Presumably due to host or network availability hiccups, Sia occasionally fails to complete an upload, leaving it stuck in a stalled state with less-than-one redundancy. If your uploads are not disk-backed—because you’ve used /renter/uploadstream, perhaps—Sia considers that file lost and will not repair it on its own; you need to invoke /renter/delete and start over. This was a major pitfall that left me scratching my head for several days while the stalled uploads kept piling up. Sia Slice’s solution is to restart uploads that have not completed within 3 hours.
Nitpicking here: /renter/uploadstream lacks a specific method for handling failed or aborted POST requests due to a disconnect, program crash, etc. So when Sia Slice uploads data to Sia, it appends a .part extension—just like your web browser or download manager—to disambiguate between successful and failed partial uploads.
Some of the file attributes are difficult to understand. What is the difference between available and recoverable? Why do most of my uploads get stuck right out of the gate?
Deleting directories with /render/dir is not reliable. After several unit tests failed to clean up after themselves, I simply elected to delete individual files instead.

Lastly, I would suggest a new feature that may prove indispensable to end users: bandwidth throttling. Most home networks are afflicted by an insidious phenomenon called buffer bloat—when the relatively slow upload pipe is completely saturated by traffic, packets from other connections stop getting through. Ping times spike. Web browsing becomes sluggish. Skype and Discord calls become pixelated, then cut out entirely. In general, buffer bloat makes the whole Internet feel unreliable and unusable. (That goes for the download direction too, because TCP ACK replies are also impacted.)

It’s not a concern on my own network, thanks to my high-tech home router with traffic-shaping capabilities; but my neighbor, who is very generously allowing me to “borrow” his faster connection for my oversize initial upload, is not so fortunate.

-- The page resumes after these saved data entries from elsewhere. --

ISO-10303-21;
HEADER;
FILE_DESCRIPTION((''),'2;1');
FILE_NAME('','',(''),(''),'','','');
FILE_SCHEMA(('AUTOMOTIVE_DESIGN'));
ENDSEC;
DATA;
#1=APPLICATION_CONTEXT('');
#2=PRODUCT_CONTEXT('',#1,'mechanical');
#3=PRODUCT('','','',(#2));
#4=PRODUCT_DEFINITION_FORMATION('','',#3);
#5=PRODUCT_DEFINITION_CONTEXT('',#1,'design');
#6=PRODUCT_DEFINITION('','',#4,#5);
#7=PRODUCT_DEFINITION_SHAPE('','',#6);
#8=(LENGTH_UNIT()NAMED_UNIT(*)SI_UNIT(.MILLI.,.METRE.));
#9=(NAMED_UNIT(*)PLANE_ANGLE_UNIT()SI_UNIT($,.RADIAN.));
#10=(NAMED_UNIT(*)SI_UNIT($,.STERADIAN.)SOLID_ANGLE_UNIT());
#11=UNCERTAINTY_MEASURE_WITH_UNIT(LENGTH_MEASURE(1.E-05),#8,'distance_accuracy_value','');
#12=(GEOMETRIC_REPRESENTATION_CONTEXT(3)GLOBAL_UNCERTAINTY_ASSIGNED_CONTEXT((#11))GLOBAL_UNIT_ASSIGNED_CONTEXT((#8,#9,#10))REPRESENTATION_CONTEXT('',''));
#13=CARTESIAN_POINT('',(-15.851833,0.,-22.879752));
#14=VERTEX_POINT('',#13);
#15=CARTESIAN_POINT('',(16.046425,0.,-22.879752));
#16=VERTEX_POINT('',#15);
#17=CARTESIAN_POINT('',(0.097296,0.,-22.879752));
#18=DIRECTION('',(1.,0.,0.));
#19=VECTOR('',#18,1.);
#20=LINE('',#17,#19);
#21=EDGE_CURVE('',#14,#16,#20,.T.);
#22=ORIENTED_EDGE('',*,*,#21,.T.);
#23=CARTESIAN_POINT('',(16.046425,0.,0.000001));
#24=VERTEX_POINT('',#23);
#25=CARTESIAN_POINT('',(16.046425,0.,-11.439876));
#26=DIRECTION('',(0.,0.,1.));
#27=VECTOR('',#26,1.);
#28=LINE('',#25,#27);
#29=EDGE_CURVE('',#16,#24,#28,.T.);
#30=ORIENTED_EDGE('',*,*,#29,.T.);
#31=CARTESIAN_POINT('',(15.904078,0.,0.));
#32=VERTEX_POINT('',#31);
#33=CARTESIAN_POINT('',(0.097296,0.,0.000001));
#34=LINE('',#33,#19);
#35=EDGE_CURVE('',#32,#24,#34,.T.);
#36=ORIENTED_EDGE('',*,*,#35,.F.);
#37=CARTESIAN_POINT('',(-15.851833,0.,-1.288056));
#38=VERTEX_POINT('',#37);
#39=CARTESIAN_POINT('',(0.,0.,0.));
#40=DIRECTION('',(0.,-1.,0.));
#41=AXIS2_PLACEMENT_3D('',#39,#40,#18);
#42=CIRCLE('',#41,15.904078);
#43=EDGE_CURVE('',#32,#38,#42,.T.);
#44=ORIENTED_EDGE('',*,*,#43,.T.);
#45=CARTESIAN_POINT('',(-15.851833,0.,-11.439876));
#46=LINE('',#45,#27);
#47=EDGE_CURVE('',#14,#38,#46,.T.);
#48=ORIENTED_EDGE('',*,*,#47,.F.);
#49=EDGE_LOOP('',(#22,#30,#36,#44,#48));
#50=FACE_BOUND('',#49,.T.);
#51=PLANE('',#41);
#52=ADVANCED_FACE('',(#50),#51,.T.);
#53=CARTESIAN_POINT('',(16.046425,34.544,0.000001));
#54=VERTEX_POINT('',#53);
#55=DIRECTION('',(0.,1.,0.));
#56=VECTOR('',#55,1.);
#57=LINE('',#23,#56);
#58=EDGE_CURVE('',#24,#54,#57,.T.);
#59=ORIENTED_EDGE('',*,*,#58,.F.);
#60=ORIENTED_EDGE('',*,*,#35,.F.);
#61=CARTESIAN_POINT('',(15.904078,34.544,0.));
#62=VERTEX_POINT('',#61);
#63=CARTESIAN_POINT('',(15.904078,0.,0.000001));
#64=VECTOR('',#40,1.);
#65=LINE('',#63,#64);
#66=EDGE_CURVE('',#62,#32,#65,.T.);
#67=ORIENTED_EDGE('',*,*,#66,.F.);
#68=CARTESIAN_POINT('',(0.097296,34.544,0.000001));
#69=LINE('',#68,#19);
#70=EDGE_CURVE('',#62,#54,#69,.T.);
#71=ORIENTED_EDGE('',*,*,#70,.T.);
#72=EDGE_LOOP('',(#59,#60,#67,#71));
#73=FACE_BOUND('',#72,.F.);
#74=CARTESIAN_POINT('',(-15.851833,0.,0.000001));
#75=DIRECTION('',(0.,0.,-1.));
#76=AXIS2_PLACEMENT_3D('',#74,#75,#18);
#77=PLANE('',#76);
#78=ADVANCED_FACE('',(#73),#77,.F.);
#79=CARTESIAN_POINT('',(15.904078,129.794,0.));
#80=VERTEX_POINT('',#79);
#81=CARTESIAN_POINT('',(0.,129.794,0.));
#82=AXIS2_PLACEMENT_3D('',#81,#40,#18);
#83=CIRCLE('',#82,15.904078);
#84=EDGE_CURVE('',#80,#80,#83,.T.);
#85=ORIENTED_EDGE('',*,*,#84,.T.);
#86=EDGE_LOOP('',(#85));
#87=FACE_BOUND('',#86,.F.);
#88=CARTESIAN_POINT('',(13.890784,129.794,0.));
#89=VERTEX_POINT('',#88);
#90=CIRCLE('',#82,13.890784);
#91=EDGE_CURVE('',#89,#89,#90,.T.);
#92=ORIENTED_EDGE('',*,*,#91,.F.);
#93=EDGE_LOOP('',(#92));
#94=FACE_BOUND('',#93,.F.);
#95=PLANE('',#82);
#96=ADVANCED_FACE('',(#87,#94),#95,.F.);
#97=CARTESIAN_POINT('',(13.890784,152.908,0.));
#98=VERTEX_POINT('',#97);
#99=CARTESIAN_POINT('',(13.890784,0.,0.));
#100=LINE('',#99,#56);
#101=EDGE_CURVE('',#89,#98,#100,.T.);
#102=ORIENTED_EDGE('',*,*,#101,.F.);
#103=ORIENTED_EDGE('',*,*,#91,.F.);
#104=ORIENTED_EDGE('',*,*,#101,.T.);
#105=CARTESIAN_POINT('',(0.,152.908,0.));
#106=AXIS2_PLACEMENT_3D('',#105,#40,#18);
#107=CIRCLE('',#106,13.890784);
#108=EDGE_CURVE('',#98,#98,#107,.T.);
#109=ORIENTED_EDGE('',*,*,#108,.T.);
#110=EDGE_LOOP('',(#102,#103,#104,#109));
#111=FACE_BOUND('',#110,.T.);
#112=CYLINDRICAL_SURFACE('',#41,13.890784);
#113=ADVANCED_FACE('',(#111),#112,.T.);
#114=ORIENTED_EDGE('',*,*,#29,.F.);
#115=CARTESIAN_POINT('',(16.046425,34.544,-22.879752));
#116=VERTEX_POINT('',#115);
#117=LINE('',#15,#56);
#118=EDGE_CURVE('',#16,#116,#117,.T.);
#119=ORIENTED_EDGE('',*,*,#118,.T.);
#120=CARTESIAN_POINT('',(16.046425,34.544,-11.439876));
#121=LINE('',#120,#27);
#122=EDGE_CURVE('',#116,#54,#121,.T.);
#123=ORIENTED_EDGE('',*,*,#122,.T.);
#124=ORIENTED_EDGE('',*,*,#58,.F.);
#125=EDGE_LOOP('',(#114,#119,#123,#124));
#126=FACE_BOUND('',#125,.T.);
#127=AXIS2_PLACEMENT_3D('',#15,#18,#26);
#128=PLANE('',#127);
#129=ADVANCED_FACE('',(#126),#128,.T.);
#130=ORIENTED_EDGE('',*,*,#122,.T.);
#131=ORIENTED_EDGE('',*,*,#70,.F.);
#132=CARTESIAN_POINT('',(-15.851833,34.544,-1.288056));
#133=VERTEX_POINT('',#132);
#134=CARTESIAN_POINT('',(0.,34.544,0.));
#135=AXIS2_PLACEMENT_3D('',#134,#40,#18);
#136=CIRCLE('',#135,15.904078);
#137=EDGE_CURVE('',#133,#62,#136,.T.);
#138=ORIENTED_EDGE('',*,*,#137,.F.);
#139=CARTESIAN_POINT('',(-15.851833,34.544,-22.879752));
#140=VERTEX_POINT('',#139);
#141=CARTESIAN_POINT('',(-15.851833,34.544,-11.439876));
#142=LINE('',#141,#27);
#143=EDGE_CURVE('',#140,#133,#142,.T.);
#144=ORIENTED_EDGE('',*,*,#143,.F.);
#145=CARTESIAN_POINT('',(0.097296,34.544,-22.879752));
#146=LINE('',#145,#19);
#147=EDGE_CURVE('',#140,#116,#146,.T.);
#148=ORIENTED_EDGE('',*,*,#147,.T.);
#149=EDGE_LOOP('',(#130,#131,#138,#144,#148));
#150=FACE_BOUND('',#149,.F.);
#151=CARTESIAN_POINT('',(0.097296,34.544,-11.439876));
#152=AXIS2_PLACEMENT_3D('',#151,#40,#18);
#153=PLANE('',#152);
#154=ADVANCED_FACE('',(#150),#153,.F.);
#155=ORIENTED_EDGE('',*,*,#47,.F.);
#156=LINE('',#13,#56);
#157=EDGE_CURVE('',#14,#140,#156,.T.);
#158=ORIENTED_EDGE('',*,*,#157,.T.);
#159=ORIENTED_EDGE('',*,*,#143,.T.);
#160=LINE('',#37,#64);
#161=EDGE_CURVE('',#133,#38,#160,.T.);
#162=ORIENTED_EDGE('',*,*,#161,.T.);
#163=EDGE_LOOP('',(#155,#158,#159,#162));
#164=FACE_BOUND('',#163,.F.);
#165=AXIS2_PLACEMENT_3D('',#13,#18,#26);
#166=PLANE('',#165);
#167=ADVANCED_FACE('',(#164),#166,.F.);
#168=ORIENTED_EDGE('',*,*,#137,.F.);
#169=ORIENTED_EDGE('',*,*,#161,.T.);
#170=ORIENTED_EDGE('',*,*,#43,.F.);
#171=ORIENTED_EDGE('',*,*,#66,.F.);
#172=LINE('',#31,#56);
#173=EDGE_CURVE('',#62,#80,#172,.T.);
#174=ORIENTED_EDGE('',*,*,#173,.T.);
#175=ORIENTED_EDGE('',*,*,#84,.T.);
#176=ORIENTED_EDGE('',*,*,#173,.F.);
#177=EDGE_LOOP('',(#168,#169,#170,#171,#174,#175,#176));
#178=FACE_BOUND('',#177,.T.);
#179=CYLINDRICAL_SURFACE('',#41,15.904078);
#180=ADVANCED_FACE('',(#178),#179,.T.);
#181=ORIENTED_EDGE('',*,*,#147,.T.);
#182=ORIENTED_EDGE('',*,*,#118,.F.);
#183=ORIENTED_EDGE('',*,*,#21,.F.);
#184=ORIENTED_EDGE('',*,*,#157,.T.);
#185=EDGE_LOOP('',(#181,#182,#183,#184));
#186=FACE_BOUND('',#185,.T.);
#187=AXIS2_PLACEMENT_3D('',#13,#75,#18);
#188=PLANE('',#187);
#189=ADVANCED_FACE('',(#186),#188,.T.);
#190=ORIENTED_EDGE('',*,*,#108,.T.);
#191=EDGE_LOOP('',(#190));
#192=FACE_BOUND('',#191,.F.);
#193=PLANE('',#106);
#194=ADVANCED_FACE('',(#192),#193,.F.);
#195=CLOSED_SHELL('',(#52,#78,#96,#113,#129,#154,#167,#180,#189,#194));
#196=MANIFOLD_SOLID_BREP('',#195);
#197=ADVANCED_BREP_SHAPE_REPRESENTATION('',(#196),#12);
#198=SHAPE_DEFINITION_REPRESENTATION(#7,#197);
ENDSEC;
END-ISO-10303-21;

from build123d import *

# Parameters (mm, degrees)
F0_R     = 15.904078
F1_DEPTH = 129.794
F2_W     = 31.898258
F2_H     = 22.879753
F3_DEPTH = 34.544
F4_R     = 13.890784
F5_DEPTH = 152.908


with BuildPart() as f1:
    # F0 (on Front) → F1 (new body)
    with BuildSketch(Plane.XZ):
        Circle(F0_R)
    extrude(amount=-F1_DEPTH)

    # F2 (on Front) → F3 (join)
    with BuildSketch(Plane.XZ):
        with Locations((0.097296, -11.439876)):
            Rectangle(F2_W, F2_H)
    extrude(amount=-F3_DEPTH)

    # F4 (on Front) → F5 (join)
    with BuildSketch(Plane.XZ):
        Circle(F4_R)
    extrude(amount=-F5_DEPTH)


solid = f1.part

For lack of a bandwidth control in Sia, I had to use an OS-level tool like wondershaper to avoid crippling his digital lifestyle.

However you slice the problem…

Some challenges and gotchas aside, building on top of Sia is totally viable; I found the API cleanly designed and intuitive to use. Sia Slice is now “in production” as part of my backup workflow—I use btrbk to save semi-automated snapshots of all my desktops and servers to an external hard drive, and then I mirror that hard drive to the Sia cloud with Sia Slice, thus constituting a 3-2-1 backup strategy. For me, this was a fun project that involved a wide array of systems, from low-level disk access to asynchronous I/O to curses to HTTP streaming.

While the general “split, hash, compress, and upload” principle behind Sia Slice could be extended to other kinds of object storage, the simple fact of the matter is that no service on the horizon is nearly as affordable (or decentralized!) as the Sia network. Dropbox and Wasabi both quote USD $12/month for the 2TB of storage I use. On Sia, I pay approximately USD $1/month.

Once again, what is the true purpose of cryptocurrency? To provide useful services that no other medium can—something we all tend to forget as we keep our eyeballs glued to the red and green numerals on cryptocurrency exchanges. Block storage that is a whopping 92% below market cost is certainly very useful to me. Perhaps Sia Slice will make Sia useful to you.